Top of Recorded information
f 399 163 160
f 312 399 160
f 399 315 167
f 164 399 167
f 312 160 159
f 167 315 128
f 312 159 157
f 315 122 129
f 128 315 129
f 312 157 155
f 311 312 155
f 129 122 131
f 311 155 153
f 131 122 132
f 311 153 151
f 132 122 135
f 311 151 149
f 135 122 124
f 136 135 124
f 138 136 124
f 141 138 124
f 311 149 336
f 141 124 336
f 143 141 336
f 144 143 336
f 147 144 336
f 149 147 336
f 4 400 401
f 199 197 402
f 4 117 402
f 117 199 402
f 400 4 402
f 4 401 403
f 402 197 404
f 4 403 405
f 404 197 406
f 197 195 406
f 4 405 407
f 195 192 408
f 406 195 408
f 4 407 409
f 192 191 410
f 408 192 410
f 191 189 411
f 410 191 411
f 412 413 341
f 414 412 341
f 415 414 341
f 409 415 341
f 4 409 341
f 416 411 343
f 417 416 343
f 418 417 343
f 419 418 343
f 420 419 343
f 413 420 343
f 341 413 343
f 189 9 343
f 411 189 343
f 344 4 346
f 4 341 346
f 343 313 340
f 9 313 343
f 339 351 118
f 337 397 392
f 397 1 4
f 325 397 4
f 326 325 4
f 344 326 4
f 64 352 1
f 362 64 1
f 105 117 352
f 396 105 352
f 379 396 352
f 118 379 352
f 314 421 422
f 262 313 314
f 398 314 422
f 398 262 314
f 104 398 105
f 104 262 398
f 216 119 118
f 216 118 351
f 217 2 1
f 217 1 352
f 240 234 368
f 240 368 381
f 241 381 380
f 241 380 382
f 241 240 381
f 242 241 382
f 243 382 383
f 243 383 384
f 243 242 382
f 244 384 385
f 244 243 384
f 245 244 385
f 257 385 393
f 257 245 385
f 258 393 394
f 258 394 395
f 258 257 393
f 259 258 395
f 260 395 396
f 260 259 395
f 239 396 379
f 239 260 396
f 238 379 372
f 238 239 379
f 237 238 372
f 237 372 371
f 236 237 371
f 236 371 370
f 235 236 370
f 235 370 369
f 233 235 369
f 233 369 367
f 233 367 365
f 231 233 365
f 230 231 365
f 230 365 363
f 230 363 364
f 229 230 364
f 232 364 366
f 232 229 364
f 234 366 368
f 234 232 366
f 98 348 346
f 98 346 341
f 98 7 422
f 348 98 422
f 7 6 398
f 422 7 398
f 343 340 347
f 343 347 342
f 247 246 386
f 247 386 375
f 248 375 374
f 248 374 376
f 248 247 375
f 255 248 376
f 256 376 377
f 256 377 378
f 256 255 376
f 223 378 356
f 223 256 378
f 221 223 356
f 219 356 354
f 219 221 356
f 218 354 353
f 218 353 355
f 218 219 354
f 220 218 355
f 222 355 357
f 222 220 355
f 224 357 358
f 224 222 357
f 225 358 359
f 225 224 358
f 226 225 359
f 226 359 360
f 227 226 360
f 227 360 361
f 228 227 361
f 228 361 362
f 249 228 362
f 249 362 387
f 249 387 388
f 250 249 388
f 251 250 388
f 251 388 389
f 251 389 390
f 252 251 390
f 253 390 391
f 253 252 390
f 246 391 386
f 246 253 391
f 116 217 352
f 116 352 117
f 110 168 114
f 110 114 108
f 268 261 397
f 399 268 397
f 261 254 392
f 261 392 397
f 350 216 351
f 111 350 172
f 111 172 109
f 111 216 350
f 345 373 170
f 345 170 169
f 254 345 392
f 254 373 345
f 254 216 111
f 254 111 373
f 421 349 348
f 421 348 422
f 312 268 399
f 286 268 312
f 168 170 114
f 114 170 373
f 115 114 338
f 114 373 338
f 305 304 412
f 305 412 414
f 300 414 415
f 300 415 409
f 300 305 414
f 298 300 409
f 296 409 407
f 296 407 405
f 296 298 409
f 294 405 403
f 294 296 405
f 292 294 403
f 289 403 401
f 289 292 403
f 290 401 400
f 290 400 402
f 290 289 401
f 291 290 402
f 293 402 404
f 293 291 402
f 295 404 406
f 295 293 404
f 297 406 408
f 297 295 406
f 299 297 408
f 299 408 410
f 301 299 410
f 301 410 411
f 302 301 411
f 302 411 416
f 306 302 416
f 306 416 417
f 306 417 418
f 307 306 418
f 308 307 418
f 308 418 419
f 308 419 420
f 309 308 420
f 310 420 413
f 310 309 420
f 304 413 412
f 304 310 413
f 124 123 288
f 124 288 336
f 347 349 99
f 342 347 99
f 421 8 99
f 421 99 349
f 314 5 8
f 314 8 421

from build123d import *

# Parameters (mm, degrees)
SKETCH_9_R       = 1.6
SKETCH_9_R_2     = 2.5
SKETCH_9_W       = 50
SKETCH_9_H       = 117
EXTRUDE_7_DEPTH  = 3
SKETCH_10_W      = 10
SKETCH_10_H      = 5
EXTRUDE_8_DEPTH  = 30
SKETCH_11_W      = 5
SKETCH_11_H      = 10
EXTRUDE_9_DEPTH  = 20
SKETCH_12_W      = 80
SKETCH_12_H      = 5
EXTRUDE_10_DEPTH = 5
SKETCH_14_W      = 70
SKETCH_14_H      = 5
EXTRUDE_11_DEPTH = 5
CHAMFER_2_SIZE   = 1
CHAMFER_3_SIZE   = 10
Bottom of Recorded information
Work order
From the first line of the listing above to the line that contains "f 225 224 358", inclusive, restate every line word for word. Nothing else belongs in the answer.

Exercise answer
f 399 163 160
f 312 399 160
f 399 315 167
f 164 399 167
f 312 160 159
f 167 315 128
f 312 159 157
f 315 122 129
f 128 315 129
f 312 157 155
f 311 312 155
f 129 122 131
f 311 155 153
f 131 122 132
f 311 153 151
f 132 122 135
f 311 151 149
f 135 122 124
f 136 135 124
f 138 136 124
f 141 138 124
f 311 149 336
f 141 124 336
f 143 141 336
f 144 143 336
f 147 144 336
f 149 147 336
f 4 400 401
f 199 197 402
f 4 117 402
f 117 199 402
f 400 4 402
f 4 401 403
f 402 197 404
f 4 403 405
f 404 197 406
f 197 195 406
f 4 405 407
f 195 192 408
f 406 195 408
f 4 407 409
f 192 191 410
f 408 192 410
f 191 189 411
f 410 191 411
f 412 413 341
f 414 412 341
f 415 414 341
f 409 415 341
f 4 409 341
f 416 411 343
f 417 416 343
f 418 417 343
f 419 418 343
f 420 419 343
f 413 420 343
f 341 413 343
f 189 9 343
f 411 189 343
f 344 4 346
f 4 341 346
f 343 313 340
f 9 313 343
f 339 351 118
f 337 397 392
f 397 1 4
f 325 397 4
f 326 325 4
f 344 326 4
f 64 352 1
f 362 64 1
f 105 117 352
f 396 105 352
f 379 396 352
f 118 379 352
f 314 421 422
f 262 313 314
f 398 314 422
f 398 262 314
f 104 398 105
f 104 262 398
f 216 119 118
f 216 118 351
f 217 2 1
f 217 1 352
f 240 234 368
f 240 368 381
f 241 381 380
f 241 380 382
f 241 240 381
f 242 241 382
f 243 382 383
f 243 383 384
f 243 242 382
f 244 384 385
f 244 243 384
f 245 244 385
f 257 385 393
f 257 245 385
f 258 393 394
f 258 394 395
f 258 257 393
f 259 258 395
f 260 395 396
f 260 259 395
f 239 396 379
f 239 260 396
f 238 379 372
f 238 239 379
f 237 238 372
f 237 372 371
f 236 237 371
f 236 371 370
f 235 236 370
f 235 370 369
f 233 235 369
f 233 369 367
f 233 367 365
f 231 233 365
f 230 231 365
f 230 365 363
f 230 363 364
f 229 230 364
f 232 364 366
f 232 229 364
f 234 366 368
f 234 232 366
f 98 348 346
f 98 346 341
f 98 7 422
f 348 98 422
f 7 6 398
f 422 7 398
f 343 340 347
f 343 347 342
f 247 246 386
f 247 386 375
f 248 375 374
f 248 374 376
f 248 247 375
f 255 248 376
f 256 376 377
f 256 377 378
f 256 255 376
f 223 378 356
f 223 256 378
f 221 223 356
f 219 356 354
f 219 221 356
f 218 354 353
f 218 353 355
f 218 219 354
f 220 218 355
f 222 355 357
f 222 220 355
f 224 357 358
f 224 222 357
f 225 358 359
f 225 224 358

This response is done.